Please keep in mind that those values only hold true for perfect hash functions. __xxhash is not a perfect hash
function nor a cryptographic one__, but it scores _very well_ on the official [SMHasher]https://github.com/aappleby/smhasher hashing [benchmark tests]https://github.com/rurban/smhasher.
There are no known collision in the hash values of xxhash with 128 bits.
- __breaking__: Make sorting of `DiffByteRecord`s more precise ([!13]https://gitlab.com/janriemer/csv-diff/-/merge_requests/13).
The problem was that when two `DiffByteRecord`s had the same line number, sorting was undeterministic.

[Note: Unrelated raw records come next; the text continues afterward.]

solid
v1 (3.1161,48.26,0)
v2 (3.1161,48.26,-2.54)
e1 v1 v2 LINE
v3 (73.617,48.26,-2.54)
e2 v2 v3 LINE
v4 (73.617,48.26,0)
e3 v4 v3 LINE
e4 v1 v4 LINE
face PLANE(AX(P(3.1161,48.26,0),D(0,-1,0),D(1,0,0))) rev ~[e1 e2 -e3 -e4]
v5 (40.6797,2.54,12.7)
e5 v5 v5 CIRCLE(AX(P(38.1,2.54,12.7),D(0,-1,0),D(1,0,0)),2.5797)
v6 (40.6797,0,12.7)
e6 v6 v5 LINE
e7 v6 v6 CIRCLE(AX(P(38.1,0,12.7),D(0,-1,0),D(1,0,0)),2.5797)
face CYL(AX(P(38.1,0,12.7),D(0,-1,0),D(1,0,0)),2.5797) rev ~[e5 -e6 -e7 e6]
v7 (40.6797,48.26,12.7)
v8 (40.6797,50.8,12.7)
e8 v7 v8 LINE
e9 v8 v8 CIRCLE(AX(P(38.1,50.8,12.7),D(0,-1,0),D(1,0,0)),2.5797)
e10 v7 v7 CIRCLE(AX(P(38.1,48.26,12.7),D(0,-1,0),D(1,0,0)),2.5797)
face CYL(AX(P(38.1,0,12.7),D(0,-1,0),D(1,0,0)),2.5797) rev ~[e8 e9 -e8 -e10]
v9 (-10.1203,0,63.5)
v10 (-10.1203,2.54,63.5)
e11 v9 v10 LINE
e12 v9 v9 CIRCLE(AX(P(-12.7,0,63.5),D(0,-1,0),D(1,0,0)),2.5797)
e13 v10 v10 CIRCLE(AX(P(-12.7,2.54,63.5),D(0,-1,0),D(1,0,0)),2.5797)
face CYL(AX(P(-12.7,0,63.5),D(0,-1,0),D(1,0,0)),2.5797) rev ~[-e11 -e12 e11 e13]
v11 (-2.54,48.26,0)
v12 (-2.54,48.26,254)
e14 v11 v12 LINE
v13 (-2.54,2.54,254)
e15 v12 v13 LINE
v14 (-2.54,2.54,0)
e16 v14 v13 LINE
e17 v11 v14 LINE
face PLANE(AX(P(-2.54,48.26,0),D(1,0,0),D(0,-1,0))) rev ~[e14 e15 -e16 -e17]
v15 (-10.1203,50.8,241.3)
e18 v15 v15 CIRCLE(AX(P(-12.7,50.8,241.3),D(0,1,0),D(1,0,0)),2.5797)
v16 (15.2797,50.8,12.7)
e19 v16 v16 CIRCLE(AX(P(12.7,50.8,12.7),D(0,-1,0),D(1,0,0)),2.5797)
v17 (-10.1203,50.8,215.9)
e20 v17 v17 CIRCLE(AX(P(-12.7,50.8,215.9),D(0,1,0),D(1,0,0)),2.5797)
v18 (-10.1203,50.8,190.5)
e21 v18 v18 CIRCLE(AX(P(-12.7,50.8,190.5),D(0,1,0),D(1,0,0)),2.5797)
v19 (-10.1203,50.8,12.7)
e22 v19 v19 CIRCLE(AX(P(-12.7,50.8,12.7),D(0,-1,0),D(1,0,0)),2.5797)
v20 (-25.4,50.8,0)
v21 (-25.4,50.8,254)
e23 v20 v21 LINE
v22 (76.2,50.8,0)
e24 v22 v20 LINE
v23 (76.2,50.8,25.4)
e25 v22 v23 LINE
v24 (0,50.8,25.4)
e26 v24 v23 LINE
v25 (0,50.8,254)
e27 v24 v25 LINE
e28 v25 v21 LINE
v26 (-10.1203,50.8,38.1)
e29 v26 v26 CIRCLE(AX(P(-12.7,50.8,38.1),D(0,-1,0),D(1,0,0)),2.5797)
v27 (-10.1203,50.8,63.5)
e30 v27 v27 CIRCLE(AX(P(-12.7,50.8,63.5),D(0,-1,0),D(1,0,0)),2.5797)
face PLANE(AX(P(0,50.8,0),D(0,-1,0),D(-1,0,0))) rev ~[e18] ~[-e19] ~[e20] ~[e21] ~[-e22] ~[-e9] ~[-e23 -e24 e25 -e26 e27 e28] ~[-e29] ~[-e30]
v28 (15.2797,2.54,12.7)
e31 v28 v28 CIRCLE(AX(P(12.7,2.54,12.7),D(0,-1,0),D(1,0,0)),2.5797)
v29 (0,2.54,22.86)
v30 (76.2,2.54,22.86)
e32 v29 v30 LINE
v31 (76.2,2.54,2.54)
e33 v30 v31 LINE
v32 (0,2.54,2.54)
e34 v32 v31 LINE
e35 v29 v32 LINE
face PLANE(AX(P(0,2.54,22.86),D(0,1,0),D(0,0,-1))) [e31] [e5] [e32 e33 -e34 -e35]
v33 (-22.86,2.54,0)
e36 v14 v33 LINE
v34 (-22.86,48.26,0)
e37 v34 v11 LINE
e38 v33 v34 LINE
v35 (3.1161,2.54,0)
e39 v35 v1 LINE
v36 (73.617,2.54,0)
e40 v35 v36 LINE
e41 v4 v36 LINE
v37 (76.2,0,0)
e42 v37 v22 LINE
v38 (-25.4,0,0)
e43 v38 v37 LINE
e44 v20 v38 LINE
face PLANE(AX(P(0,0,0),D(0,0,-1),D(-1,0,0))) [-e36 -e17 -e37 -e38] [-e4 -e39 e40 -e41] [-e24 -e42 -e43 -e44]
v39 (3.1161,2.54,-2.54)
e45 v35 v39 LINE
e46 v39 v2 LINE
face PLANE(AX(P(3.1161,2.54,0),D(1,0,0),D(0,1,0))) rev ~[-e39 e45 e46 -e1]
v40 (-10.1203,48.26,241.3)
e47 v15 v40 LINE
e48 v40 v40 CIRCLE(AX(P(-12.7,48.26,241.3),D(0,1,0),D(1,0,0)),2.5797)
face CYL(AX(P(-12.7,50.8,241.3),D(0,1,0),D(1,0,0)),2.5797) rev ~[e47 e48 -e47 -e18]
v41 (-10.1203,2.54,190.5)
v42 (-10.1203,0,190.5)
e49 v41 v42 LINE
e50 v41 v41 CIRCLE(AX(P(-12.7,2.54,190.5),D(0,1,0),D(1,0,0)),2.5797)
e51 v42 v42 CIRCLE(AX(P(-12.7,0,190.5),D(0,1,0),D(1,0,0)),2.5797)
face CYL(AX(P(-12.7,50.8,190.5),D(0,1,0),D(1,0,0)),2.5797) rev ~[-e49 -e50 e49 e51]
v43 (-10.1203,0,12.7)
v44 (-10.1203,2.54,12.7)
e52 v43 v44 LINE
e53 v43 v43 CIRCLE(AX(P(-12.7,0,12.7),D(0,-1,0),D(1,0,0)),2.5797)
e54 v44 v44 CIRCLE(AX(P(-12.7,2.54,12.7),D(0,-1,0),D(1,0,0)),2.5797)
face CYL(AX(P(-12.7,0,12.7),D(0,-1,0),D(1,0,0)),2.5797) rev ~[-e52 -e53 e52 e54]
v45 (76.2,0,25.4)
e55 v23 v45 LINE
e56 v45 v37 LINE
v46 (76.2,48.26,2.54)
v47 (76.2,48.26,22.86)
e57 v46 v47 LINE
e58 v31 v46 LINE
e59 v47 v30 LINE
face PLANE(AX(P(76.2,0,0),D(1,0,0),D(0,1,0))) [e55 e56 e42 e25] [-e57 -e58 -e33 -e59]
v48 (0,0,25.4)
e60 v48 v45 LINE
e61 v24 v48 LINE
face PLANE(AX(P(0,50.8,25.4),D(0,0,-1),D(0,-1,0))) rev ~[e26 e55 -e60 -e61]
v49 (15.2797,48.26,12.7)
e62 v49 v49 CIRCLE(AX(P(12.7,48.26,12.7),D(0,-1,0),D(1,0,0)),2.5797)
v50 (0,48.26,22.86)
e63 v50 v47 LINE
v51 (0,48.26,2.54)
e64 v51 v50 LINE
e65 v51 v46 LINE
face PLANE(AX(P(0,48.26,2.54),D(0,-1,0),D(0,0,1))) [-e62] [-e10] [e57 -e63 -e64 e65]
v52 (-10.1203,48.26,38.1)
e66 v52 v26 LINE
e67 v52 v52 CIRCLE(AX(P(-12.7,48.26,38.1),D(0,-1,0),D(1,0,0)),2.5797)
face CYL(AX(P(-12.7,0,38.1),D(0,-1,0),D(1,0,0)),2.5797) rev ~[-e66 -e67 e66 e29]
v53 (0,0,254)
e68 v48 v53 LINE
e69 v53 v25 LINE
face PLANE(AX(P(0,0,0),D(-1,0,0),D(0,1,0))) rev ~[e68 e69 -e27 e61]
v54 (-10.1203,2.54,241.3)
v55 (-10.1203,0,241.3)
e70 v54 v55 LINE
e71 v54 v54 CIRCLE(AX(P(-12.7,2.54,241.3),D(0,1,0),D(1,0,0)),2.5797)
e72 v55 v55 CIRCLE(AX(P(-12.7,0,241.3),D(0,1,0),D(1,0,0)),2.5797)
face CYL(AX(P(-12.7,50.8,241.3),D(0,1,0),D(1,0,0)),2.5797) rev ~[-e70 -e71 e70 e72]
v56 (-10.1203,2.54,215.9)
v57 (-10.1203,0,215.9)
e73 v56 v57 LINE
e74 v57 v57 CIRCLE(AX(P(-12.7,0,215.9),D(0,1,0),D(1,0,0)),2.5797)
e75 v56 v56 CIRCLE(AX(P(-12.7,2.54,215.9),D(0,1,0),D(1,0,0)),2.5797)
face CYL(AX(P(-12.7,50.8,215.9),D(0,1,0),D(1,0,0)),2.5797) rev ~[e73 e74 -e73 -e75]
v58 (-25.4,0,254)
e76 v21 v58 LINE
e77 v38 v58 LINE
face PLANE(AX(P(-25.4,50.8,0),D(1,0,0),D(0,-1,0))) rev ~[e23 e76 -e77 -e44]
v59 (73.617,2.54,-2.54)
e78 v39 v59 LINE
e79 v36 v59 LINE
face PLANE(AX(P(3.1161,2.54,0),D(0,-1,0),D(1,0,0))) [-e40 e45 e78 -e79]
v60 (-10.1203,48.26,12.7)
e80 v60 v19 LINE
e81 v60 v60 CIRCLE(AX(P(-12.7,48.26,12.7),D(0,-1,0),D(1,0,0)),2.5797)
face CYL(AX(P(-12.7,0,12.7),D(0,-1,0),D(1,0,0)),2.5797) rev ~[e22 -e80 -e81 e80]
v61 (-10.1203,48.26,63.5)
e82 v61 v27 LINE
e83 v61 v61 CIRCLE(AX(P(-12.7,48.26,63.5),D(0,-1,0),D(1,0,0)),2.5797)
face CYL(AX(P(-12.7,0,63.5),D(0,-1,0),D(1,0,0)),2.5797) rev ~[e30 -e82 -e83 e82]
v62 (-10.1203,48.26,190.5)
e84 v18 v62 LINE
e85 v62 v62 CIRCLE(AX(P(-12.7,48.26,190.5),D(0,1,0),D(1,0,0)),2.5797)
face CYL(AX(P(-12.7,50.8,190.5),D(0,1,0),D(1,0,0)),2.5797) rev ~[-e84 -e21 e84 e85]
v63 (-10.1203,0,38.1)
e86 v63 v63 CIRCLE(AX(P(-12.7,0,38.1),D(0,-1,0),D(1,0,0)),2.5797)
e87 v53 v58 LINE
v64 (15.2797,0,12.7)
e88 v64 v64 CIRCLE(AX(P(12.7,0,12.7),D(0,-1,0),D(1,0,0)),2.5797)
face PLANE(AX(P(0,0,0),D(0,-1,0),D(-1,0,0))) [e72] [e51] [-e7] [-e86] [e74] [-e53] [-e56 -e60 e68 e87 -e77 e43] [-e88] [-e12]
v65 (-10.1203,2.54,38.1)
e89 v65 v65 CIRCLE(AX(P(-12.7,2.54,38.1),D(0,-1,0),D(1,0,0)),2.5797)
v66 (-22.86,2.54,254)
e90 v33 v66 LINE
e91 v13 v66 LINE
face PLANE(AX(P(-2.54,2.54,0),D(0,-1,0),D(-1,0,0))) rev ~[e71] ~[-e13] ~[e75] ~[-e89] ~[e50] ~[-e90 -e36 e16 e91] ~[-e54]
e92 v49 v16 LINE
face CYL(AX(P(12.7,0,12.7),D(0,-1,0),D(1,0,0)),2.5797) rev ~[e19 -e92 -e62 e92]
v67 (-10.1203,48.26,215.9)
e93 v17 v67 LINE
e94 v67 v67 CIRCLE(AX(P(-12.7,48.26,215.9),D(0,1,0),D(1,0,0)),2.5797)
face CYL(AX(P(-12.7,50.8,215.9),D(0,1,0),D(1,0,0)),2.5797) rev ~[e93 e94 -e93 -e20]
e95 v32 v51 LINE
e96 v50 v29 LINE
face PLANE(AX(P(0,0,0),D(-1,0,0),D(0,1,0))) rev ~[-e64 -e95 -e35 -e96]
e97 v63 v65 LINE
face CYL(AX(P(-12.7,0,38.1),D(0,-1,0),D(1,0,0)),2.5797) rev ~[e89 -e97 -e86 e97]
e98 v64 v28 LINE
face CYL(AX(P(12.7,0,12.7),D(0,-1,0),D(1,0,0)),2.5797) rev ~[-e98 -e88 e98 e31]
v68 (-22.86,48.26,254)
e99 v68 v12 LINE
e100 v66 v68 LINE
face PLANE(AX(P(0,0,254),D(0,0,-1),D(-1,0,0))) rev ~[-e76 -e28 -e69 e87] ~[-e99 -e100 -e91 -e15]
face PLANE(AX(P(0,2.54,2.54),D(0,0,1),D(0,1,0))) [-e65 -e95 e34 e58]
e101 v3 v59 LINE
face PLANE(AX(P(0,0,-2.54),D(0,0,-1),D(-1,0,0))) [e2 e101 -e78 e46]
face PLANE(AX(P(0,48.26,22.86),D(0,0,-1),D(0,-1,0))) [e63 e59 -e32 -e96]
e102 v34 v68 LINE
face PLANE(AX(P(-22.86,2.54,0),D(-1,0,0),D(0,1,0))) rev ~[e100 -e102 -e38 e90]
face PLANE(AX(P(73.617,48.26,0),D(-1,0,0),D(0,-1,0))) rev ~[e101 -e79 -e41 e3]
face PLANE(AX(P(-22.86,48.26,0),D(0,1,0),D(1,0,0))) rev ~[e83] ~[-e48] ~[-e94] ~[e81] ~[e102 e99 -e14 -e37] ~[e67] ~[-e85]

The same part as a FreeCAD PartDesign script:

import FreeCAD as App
import Part
import Sketcher

V = App.Vector
Q = App.Units.Quantity


def add_polygon(sketch, points):
    """Adds a closed chain of lines whose ends are joined by coincident constraints."""
    first, n = sketch.GeometryCount, len(points)
    for a, b in zip(points, points[1:] + points[:1]):
        sketch.addGeometry(Part.LineSegment(App.Vector(*a, 0), App.Vector(*b, 0)), False)
    for i in range(n):
        sketch.addConstraint(Sketcher.Constraint("Coincident", first + i, 2, first + (i + 1) % n, 1))

doc = App.newDocument("Part")
body = doc.addObject("PartDesign::Body", "Body")

# Sketch on YZ plane
sketch1 = body.newObject("Sketcher::SketchObject", "Sketch")
sketch1.AttachmentSupport = (doc.getObject("YZ_Plane"), [""])
sketch1.MapMode = "FlatFace"
add_polygon(sketch1, [(0, 25.4), (0, 0), (50.8, 0), (50.8, 25.4)])  # lines 0-3
add_polygon(sketch1, [(2.54, 22.86), (48.26, 22.86), (48.26, 2.54), (2.54, 2.54)])  # lines 4-7
sketch1.addConstraint([
    Sketcher.Constraint("Vertical", 0),
    Sketcher.Constraint("Horizontal", 1),
    Sketcher.Constraint("Vertical", 2),
    Sketcher.Constraint("Horizontal", 3),
    Sketcher.Constraint("Horizontal", 4),
    Sketcher.Constraint("Vertical", 5),
    Sketcher.Constraint("Horizontal", 6),
    Sketcher.Constraint("Vertical", 7),
    Sketcher.Constraint("Coincident", 0, 2, -1, 1),
    Sketcher.Constraint("DistanceX", 1, 1, 1, 2, Q("2 in")),
    Sketcher.Constraint("DistanceY", 0, 2, 0, 1, Q("1 in")),
    Sketcher.Constraint("DistanceY", -1, 1, 5, 2, Q("0.1 in")),
    Sketcher.Constraint("DistanceX", -1, 1, 6, 2, Q("0.1 in")),
    Sketcher.Constraint("DistanceX", 4, 2, 2, 2, Q("0.1 in")),
    Sketcher.Constraint("DistanceY", 4, 2, 2, 2, Q("0.1 in")),
])
pad1 = body.newObject("PartDesign::Pad", "Pad")
pad1.Profile = sketch1
pad1.Length = Q("3 in")

# Sketch on XY plane
sketch2 = body.newObject("Sketcher::SketchObject", "Sketch001")
sketch2.AttachmentSupport = (doc.getObject("XY_Plane"), [""])
sketch2.MapMode = "FlatFace"
add_polygon(sketch2, [(73.617, 2.54), (3.1161, 2.54), (3.1161, 48.26), (73.617, 48.26)])  # lines 0-3
sketch2.addConstraint([
    Sketcher.Constraint("Horizontal", 0),
    Sketcher.Constraint("Vertical", 1),
    Sketcher.Constraint("Horizontal", 2),
    Sketcher.Constraint("Vertical", 3),
    Sketcher.Constraint("DistanceY", 1, 1, 1, 2, Q("1.8 in")),
    Sketcher.Constraint("DistanceY", -1, 1, 0, 2, Q("0.1 in")),
    Sketcher.Constraint("DistanceX", 0, 2, 0, 1, 70.501),
    Sketcher.Constraint("DistanceX", -1, 1, 2, 2, Q("2.8983 in")),
])
pad2 = body.newObject("PartDesign::Pad", "Pad001")
pad2.Profile = sketch2
pad2.Length = Q("0.1 in")
pad2.Reversed = True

Now when two line numbers are equal, it additionally looks at the variant of the `DiffByteRecord`, where the following rules hold:
    - `DiffByteRecord::Delete(..)` < `DiffByteRecord::Modify(..)` < `DiffByteRecord::Add(..)`
- Remove internal buffer, when sending CSV hashes into channel. Previously, CSV hashes
have been buffered in a `smallvec` and then send into the channel. This led to optimal
performance, when diffing a lot of rows (~1 million), but it could lead to a stack overflow.
For diffing many rows, performance decreased of about 15-20% due to this change.